I had the Iphone 4. Then I discovered the Samsung Galaxy. I now have the Galaxy s5 after previously owning the s3. I will never go back to Iphone. Android is so customize-able. It's perfect for me.


----------



## Katie Koopa (Jun 25, 2014)

INTP, iPhone.


----------



## justroaming (Jul 8, 2015)

ENFP: iphone


----------



## Aiura (Jul 3, 2015)

TopCatLSD said:


> Well the 6 is newer, so it's better overall in software. :bored: But the size really throws people off, unless you have giant hands like me.
> 
> *^Actually, they're releasing an updated version of the 5 early next year; I think most are going to prefer that over the 6.*


*
*
That sounds nice! The battery time in my 5 is awful, is it better in the 6?


----------



## Narcissus (Dec 18, 2014)

I just have an old-ass nokia with oldschool buttons and I'm happy about it
also I'm INTP.


----------



## PurpleExplorer (Sep 30, 2014)

INFP

Android.

ios is a pain to navigate, and Windows a nightmare!

Also, I just found a dalek emote, so I have to use it :exterminate:

Exciting times!! :tongue:


----------



## Fire Away (Nov 29, 2013)

Joyo said:


> [/B]
> That sounds nice! The battery time in my 5 is awful, is it better in the 6?


Way better, even if you're a heavy user it should last you all day. It also comes with a charger that gives it like 6-hours of battery for ten minutes of charge.

Apparently, it wasn't that good at launch though. When you buy a phablet you at least expect the battery to be half way decent.


----------



## ViceCityGentleman (Aug 8, 2015)

Android- INFJ


----------



## martinbella (Aug 10, 2015)

INFJ- Windows


----------



## Word Dispenser (May 18, 2012)

Android: ENTP.


----------



## Grandmaster Yoda (Jan 18, 2014)

I had a dream that I had another Samsung Galaxy S4 so I could try the iOS theme to see if I could enjoy it more. It hasn't become a reality. I got into customization after I replaced the android with an iPhone so now I have the thought that getting the android again I could enjoy it. Well


----------



## la_revolucion (May 16, 2013)

INFJ with a Windows phone.


----------



## Blickwinkel (May 15, 2012)

INTP, Android, Samsung Galaxy S6 (not edge)

Personally, I'm loving it. I've used a windows phone for the last year or so, and while it wasn't bad, it just felt inferior to ios and android.
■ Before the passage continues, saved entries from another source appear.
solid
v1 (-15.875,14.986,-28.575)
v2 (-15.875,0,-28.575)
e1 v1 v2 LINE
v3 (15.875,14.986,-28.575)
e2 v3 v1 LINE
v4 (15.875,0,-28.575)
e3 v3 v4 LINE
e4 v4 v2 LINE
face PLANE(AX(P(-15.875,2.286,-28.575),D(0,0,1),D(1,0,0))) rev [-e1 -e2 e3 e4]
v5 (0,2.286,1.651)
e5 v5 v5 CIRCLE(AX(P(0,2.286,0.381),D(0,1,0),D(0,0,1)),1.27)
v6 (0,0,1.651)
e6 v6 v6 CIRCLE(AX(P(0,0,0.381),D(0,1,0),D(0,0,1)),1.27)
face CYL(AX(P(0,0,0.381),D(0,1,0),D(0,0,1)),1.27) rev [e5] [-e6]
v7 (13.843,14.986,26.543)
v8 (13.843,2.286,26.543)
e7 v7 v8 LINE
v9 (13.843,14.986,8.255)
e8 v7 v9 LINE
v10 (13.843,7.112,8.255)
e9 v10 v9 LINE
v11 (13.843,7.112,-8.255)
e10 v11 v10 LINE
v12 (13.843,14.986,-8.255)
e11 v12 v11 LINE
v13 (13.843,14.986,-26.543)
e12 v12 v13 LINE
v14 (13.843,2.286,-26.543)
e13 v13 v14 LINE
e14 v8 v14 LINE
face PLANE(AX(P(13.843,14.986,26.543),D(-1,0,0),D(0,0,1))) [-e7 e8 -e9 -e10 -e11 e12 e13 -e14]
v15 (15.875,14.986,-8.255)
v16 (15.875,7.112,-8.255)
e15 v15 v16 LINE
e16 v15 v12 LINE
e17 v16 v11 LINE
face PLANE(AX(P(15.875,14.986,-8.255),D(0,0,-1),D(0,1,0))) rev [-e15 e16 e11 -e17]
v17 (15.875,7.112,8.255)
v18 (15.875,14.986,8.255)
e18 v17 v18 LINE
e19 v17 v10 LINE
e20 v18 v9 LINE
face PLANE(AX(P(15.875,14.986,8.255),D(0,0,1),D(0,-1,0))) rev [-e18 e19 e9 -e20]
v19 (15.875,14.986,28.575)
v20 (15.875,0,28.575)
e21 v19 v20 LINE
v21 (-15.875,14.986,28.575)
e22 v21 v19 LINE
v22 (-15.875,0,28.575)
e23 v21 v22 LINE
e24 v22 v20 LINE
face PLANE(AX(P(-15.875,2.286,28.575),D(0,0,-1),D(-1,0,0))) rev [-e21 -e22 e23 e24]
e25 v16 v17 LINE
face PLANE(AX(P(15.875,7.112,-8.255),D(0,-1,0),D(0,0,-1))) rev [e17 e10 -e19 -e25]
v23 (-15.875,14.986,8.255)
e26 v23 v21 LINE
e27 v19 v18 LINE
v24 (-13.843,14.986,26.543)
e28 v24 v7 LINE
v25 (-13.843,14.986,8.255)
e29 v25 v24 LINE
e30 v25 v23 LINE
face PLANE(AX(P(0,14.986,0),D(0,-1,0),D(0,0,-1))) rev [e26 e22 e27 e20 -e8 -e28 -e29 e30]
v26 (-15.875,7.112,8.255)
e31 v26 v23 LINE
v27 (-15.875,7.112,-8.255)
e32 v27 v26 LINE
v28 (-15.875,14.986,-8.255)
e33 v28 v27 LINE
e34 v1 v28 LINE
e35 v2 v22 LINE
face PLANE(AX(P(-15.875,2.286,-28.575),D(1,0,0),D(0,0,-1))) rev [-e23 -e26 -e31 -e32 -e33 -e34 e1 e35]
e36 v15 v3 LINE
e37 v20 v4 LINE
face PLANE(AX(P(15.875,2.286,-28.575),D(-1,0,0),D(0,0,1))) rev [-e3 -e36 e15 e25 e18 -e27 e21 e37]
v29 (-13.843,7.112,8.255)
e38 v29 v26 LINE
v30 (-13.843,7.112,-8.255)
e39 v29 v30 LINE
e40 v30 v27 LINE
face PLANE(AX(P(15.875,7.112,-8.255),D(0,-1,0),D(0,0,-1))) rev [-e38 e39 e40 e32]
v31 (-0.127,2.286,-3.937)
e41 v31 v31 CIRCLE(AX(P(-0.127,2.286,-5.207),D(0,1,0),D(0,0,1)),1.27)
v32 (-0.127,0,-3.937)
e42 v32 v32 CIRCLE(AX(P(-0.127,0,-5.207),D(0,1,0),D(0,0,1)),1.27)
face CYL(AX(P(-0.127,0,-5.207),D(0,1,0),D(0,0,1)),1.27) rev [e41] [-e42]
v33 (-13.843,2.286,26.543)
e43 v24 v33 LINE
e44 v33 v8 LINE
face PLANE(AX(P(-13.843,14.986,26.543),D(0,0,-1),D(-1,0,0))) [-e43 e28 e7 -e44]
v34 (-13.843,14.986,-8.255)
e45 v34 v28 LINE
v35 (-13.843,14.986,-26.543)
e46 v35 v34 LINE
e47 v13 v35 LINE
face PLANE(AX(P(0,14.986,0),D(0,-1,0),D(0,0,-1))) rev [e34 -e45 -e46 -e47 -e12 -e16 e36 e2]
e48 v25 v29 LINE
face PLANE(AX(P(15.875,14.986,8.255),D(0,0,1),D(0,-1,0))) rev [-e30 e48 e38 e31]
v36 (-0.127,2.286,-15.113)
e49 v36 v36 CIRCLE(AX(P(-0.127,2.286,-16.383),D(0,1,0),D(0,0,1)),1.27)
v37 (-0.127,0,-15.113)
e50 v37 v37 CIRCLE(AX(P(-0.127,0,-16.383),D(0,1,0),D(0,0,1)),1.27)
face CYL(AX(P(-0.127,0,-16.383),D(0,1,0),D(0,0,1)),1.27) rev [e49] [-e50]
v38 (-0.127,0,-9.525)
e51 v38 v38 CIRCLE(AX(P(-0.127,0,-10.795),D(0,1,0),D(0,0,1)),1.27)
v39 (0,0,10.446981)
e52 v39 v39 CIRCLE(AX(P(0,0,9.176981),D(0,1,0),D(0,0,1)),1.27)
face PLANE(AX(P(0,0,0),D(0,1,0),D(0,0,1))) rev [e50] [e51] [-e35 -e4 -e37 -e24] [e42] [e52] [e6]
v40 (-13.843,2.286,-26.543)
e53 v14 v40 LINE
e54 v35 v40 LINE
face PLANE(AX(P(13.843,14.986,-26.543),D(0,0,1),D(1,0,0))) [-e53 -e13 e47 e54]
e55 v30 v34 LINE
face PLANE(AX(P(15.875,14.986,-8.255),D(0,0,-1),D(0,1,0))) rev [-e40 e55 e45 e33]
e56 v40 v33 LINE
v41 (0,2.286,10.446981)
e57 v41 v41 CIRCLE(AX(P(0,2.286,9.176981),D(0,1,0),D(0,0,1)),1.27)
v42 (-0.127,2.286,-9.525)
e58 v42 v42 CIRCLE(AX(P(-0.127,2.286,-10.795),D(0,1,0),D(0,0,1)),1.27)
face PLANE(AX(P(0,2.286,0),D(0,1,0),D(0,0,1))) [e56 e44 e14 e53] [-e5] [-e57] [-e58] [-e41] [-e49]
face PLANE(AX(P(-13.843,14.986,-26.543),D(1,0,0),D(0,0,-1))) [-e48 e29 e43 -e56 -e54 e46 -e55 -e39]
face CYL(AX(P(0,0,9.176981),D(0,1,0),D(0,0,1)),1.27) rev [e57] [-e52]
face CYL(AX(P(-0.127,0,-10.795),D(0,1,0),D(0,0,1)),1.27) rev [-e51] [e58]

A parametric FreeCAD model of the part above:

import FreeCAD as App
import Part
import Sketcher
Q = App.Units.Quantity


def add_polygon(sketch, points):
    """Adds a closed chain of lines whose ends are joined by coincident constraints."""
    first, n = sketch.GeometryCount, len(points)
    for a, b in zip(points, points[1:] + points[:1]):
        sketch.addGeometry(Part.LineSegment(App.Vector(*a, 0), App.Vector(*b, 0)), False)
    for i in range(n):
        sketch.addConstraint(Sketcher.Constraint("Coincident", first + i, 2, first + (i + 1) % n, 1))

doc = App.newDocument("Part")
body = doc.addObject("PartDesign::Body", "Body")

# Sketch on XZ plane
sketch1 = body.newObject("Sketcher::SketchObject", "Sketch")
sketch1.AttachmentSupport = (doc.getObject("XZ_Plane"), [""])
sketch1.MapMode = "FlatFace"
add_polygon(sketch1, [(-16, -29), (-16, 29), (16, 29), (16, -29)])  # lines 0-3
sketch1.addConstraint([
    Sketcher.Constraint("Vertical", 0),
    Sketcher.Constraint("Horizontal", 1),
    Sketcher.Constraint("Vertical", 2),
    Sketcher.Constraint("Horizontal", 3),
    Sketcher.Constraint("Symmetric", 0, 2, 2, 2, -1, 1),
    Sketcher.Constraint("DistanceX", 1, 1, 1, 2, Q("1.25 in")),
    Sketcher.Constraint("DistanceY", 0, 1, 0, 2, Q("2.25 in")),
])
pad1 = body.newObject("PartDesign::Pad", "Pad")
pad1.Profile = sketch1
pad1.Length = Q("0.09 in")
pad1.Reversed = True

# Sketch on XZ plane
sketch2 = body.newObject("Sketcher::SketchObject", "Sketch001")
sketch2.AttachmentSupport = (doc.getObject("XZ_Plane"), [""])
sketch2.MapMode = "FlatFace"
sketch2.AttachmentOffset = App.Placement(App.Vector(0, 0, -0.09 * 25.4), App.Rotation())
add_polygon(sketch2, [(-16, -29), (-16, 29), (16, 29), (16, -29)])  # lines 0-3
add_polygon(sketch2, [(14, 27), (-14, 27), (-14, -27), (14, -27)])  # lines 4-7
sketch2.addConstraint([
    Sketcher.Constraint("Vertical", 0),
    Sketcher.Constraint("Horizontal", 1),
    Sketcher.Constraint("Vertical", 2),
    Sketcher.Constraint("Horizontal", 3),
    Sketcher.Constraint("Horizontal", 4),
    Sketcher.Constraint("Vertical", 5),
    Sketcher.Constraint("Horizontal", 6),
    Sketcher.Constraint("Vertical", 7),
    Sketcher.Constraint("Symmetric", 0, 2, 2, 2, -1, 1),
    Sketcher.Constraint("Symmetric", 4, 2, 6, 2, -1, 1),
    Sketcher.Constraint("DistanceX", 1, 1, 1, 2, Q("1.25 in")),
    Sketcher.Constraint("DistanceX", 4, 2, 4, 1, Q("1.09 in")),
    Sketcher.Constraint("DistanceY", 0, 1, 0, 2, Q("2.25 in")),
    Sketcher.Constraint("DistanceY", 5, 2, 5, 1, Q("2.09 in")),
])
pad2 = body.newObject("PartDesign::Pad", "Pad001")
pad2.Profile = sketch2
pad2.Length = Q("0.5 in")
pad2.Reversed = True

# Sketch on XZ plane
sketch3 = body.newObject("Sketcher::SketchObject", "Sketch002")
sketch3.AttachmentSupport = (doc.getObject("XZ_Plane"), [""])
sketch3.MapMode = "FlatFace"
sketch3.AttachmentOffset = App.Placement(App.Vector(0, 0, -0.09 * 25.4), App.Rotation())
sketch3.addGeometry([
    Part.Circle(App.Vector(-0.1, -16.4, 0), App.Vector(0, 0, 1), 1.3),  # 0
    Part.Circle(App.Vector(-0.1, -10.8, 0), App.Vector(0, 0, 1), 1.3),  # 1
    Part.Circle(App.Vector(-0.1, -5.2, 0), App.Vector(0, 0, 1), 1.3),  # 2
    Part.Circle(App.Vector(0, 0.4, 0), App.Vector(0, 0, 1), 1.3),  # 3
    Part.Circle(App.Vector(0, 9.2, 0), App.Vector(0, 0, 1), 1.3),  # 4
], False)
sketch3.addConstraint([
    Sketcher.Constraint("Equal", 0, 1),
    Sketcher.Constraint("Equal", 1, 2),
    Sketcher.Constraint("Equal", 2, 3),
    Sketcher.Constraint("Equal", 3, 4),
    Sketcher.Constraint("PointOnObject", 3, 3, -2),
    Sketcher.Constraint("PointOnObject", 4, 3, -2),
    Sketcher.Constraint("Vertical", 0, 3, 1, 3),
    Sketcher.Constraint("Vertical", 1, 3, 2, 3),
    Sketcher.Constraint("Diameter", 0, Q("0.1 in")),
    Sketcher.Constraint("DistanceY", 0, 3, 1, 3, Q("0.22 in")),
    Sketcher.Constraint("DistanceY", 1, 3, 2, 3, Q("0.22 in")),
    Sketcher.Constraint("DistanceY", 2, 3, 3, 3, Q("0.22 in")),
    Sketcher.Constraint("DistanceX", 0, 3, -1, 1, Q("0.005 in")),
    Sketcher.Constraint("DistanceY", 0, 3, -1, 1, Q("0.645 in")),
    Sketcher.Constraint("DistanceY", -1, 1, 4, 3, 9.176981),
])
pocket1 = body.newObject("PartDesign::Pocket", "Pocket")
pocket1.Profile = sketch3
pocket1.Type = "ThroughAll"
pocket1.Reversed = True

# Sketch on YZ plane
sketch4 = body.newObject("Sketcher::SketchObject", "Sketch003")
sketch4.AttachmentSupport = (doc.getObject("YZ_Plane"), [""])
sketch4.MapMode = "FlatFace"
sketch4.AttachmentOffset = App.Placement(App.Vector(0, 0, -0.625 * 25.4), App.Rotation())
add_polygon(sketch4, [(15, -8), (7, -8), (7, 8), (15, 8)])  # lines 0-3
sketch4.addConstraint([
    Sketcher.Constraint("Horizontal", 0),
    Sketcher.Constraint("Vertical", 1),
    Sketcher.Constraint("Horizontal", 2),
    Sketcher.Constraint("Vertical", 3),
    Sketcher.Constraint("DistanceX", 0, 2, 0, 1, Q("0.31 in")),
    Sketcher.Constraint("DistanceY", 1, 1, 1, 2, Q("0.65 in")),
    Sketcher.Constraint("DistanceX", -1, 1, 0, 2, Q("0.28 in")),
    Sketcher.Constraint("DistanceY", 0, 2, -1, 1, Q("0.325 in")),
])
pocket2 = body.newObject("PartDesign::Pocket", "Pocket001")
pocket2.Profile = sketch4
pocket2.Type = "ThroughAll"
pocket2.Reversed = True

doc.recompute()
What sold me on the s6 was the quick charge ability. You can charge your phone from dead to around 90 percent in like an hour. That alone is a deal sealer


----------



## Tsubaki (Apr 14, 2015)

Android - ESTJ
But I really don't care, because I only use my phone once a month or so ┐(￣ヮ￣)┌


----------



## peyandkeele (Jul 28, 2015)

Android, i hate all things apple with a passion


----------



## Zosio (Mar 17, 2015)

Android -- INFJ.

Because screw Apple, that's why.


----------



## MonieJ (Nov 22, 2010)

Iphone-ISTJ

I had an android and finally decided to see what all the apple hype was about.


----------



## Daysofsunshine (Aug 7, 2015)

ISTJ- Iphone


----------



## Sily (Oct 24, 2008)

INFP - iPhone


----------